EXERCISE AIM:
Once the line with "e6 v4 v6 CIRCLE(AX(P(0,-1524,0),D(0,-1,0),D(1,0,0)),762)" is found in the entries below, print it and each following line exactly, stopping after the line with "e19 v13 v14 LINE"; print nothing else.

(Beginning of SUPPLIED MATERIAL)

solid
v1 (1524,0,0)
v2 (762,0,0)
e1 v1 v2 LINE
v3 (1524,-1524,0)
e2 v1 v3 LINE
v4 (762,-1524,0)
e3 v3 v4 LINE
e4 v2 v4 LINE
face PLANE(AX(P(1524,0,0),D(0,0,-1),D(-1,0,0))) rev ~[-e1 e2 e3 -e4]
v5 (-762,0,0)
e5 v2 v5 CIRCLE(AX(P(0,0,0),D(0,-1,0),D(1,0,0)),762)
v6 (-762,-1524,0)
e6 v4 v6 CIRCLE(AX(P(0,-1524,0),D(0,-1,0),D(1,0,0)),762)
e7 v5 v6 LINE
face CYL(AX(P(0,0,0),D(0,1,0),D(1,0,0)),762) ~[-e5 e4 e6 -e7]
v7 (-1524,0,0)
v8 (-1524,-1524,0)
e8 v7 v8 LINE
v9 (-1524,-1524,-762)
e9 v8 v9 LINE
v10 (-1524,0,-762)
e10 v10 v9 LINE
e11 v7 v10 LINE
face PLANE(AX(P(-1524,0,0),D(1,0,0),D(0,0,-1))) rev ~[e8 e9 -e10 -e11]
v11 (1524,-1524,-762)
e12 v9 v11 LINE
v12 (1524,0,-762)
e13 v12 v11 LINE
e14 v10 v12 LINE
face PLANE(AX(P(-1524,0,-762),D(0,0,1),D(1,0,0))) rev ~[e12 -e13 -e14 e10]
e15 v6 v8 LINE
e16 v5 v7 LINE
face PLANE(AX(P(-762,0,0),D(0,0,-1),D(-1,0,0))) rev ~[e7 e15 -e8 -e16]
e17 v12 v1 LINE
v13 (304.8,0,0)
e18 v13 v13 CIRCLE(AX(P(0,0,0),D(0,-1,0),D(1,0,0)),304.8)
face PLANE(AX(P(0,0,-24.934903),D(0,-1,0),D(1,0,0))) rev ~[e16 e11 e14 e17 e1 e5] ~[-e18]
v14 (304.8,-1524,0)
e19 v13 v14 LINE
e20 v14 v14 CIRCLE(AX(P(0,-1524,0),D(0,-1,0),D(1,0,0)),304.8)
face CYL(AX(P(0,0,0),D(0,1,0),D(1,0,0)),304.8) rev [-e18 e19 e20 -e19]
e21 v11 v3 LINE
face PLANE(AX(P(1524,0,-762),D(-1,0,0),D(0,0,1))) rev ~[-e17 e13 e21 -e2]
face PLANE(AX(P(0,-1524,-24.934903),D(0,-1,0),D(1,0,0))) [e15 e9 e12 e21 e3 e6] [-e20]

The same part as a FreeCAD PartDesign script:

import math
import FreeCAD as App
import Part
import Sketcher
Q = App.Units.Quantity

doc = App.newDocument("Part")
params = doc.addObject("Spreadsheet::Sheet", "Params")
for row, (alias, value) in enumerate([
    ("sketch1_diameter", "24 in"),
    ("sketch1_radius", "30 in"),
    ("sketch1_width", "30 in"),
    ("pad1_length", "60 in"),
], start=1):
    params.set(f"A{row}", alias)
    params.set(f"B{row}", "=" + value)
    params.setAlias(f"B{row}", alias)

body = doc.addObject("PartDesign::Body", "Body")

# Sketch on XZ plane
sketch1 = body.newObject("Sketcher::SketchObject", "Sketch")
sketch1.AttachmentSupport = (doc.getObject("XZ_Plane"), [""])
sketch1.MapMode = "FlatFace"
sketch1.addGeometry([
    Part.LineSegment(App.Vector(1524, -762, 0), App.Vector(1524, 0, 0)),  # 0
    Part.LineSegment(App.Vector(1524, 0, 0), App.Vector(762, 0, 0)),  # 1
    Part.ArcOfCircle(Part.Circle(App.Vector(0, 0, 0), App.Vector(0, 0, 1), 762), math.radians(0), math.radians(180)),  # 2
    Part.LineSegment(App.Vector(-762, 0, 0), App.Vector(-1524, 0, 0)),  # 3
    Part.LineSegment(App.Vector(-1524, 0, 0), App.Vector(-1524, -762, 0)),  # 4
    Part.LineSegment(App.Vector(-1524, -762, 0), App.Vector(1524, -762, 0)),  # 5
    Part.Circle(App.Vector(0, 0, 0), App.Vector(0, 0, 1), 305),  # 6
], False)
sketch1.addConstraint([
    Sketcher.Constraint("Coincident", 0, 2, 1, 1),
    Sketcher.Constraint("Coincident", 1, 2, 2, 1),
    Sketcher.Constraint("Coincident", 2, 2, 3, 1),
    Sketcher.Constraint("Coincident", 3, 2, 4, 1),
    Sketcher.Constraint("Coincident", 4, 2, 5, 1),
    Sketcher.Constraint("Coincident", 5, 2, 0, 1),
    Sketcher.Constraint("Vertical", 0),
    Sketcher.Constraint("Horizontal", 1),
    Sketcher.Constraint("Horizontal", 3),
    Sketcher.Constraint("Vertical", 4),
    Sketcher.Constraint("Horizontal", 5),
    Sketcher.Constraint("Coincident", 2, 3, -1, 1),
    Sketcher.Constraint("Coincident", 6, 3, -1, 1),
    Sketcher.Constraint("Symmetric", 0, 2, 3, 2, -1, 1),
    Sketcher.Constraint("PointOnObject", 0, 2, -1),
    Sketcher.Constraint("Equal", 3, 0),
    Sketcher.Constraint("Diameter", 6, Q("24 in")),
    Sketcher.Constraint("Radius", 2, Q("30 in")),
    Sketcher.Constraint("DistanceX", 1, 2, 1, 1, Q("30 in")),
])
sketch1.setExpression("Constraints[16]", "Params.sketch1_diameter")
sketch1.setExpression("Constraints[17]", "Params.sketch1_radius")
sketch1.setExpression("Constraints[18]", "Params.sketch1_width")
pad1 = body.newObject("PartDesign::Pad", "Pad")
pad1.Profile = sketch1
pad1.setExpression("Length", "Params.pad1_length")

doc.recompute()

(End of SUPPLIED MATERIAL)

WRITTEN REPLY:
e6 v4 v6 CIRCLE(AX(P(0,-1524,0),D(0,-1,0),D(1,0,0)),762)
e7 v5 v6 LINE
face CYL(AX(P(0,0,0),D(0,1,0),D(1,0,0)),762) ~[-e5 e4 e6 -e7]
v7 (-1524,0,0)
v8 (-1524,-1524,0)
e8 v7 v8 LINE
v9 (-1524,-1524,-762)
e9 v8 v9 LINE
v10 (-1524,0,-762)
e10 v10 v9 LINE
e11 v7 v10 LINE
face PLANE(AX(P(-1524,0,0),D(1,0,0),D(0,0,-1))) rev ~[e8 e9 -e10 -e11]
v11 (1524,-1524,-762)
e12 v9 v11 LINE
v12 (1524,0,-762)
e13 v12 v11 LINE
e14 v10 v12 LINE
face PLANE(AX(P(-1524,0,-762),D(0,0,1),D(1,0,0))) rev ~[e12 -e13 -e14 e10]
e15 v6 v8 LINE
e16 v5 v7 LINE
face PLANE(AX(P(-762,0,0),D(0,0,-1),D(-1,0,0))) rev ~[e7 e15 -e8 -e16]
e17 v12 v1 LINE
v13 (304.8,0,0)
e18 v13 v13 CIRCLE(AX(P(0,0,0),D(0,-1,0),D(1,0,0)),304.8)
face PLANE(AX(P(0,0,-24.934903),D(0,-1,0),D(1,0,0))) rev ~[e16 e11 e14 e17 e1 e5] ~[-e18]
v14 (304.8,-1524,0)
e19 v13 v14 LINE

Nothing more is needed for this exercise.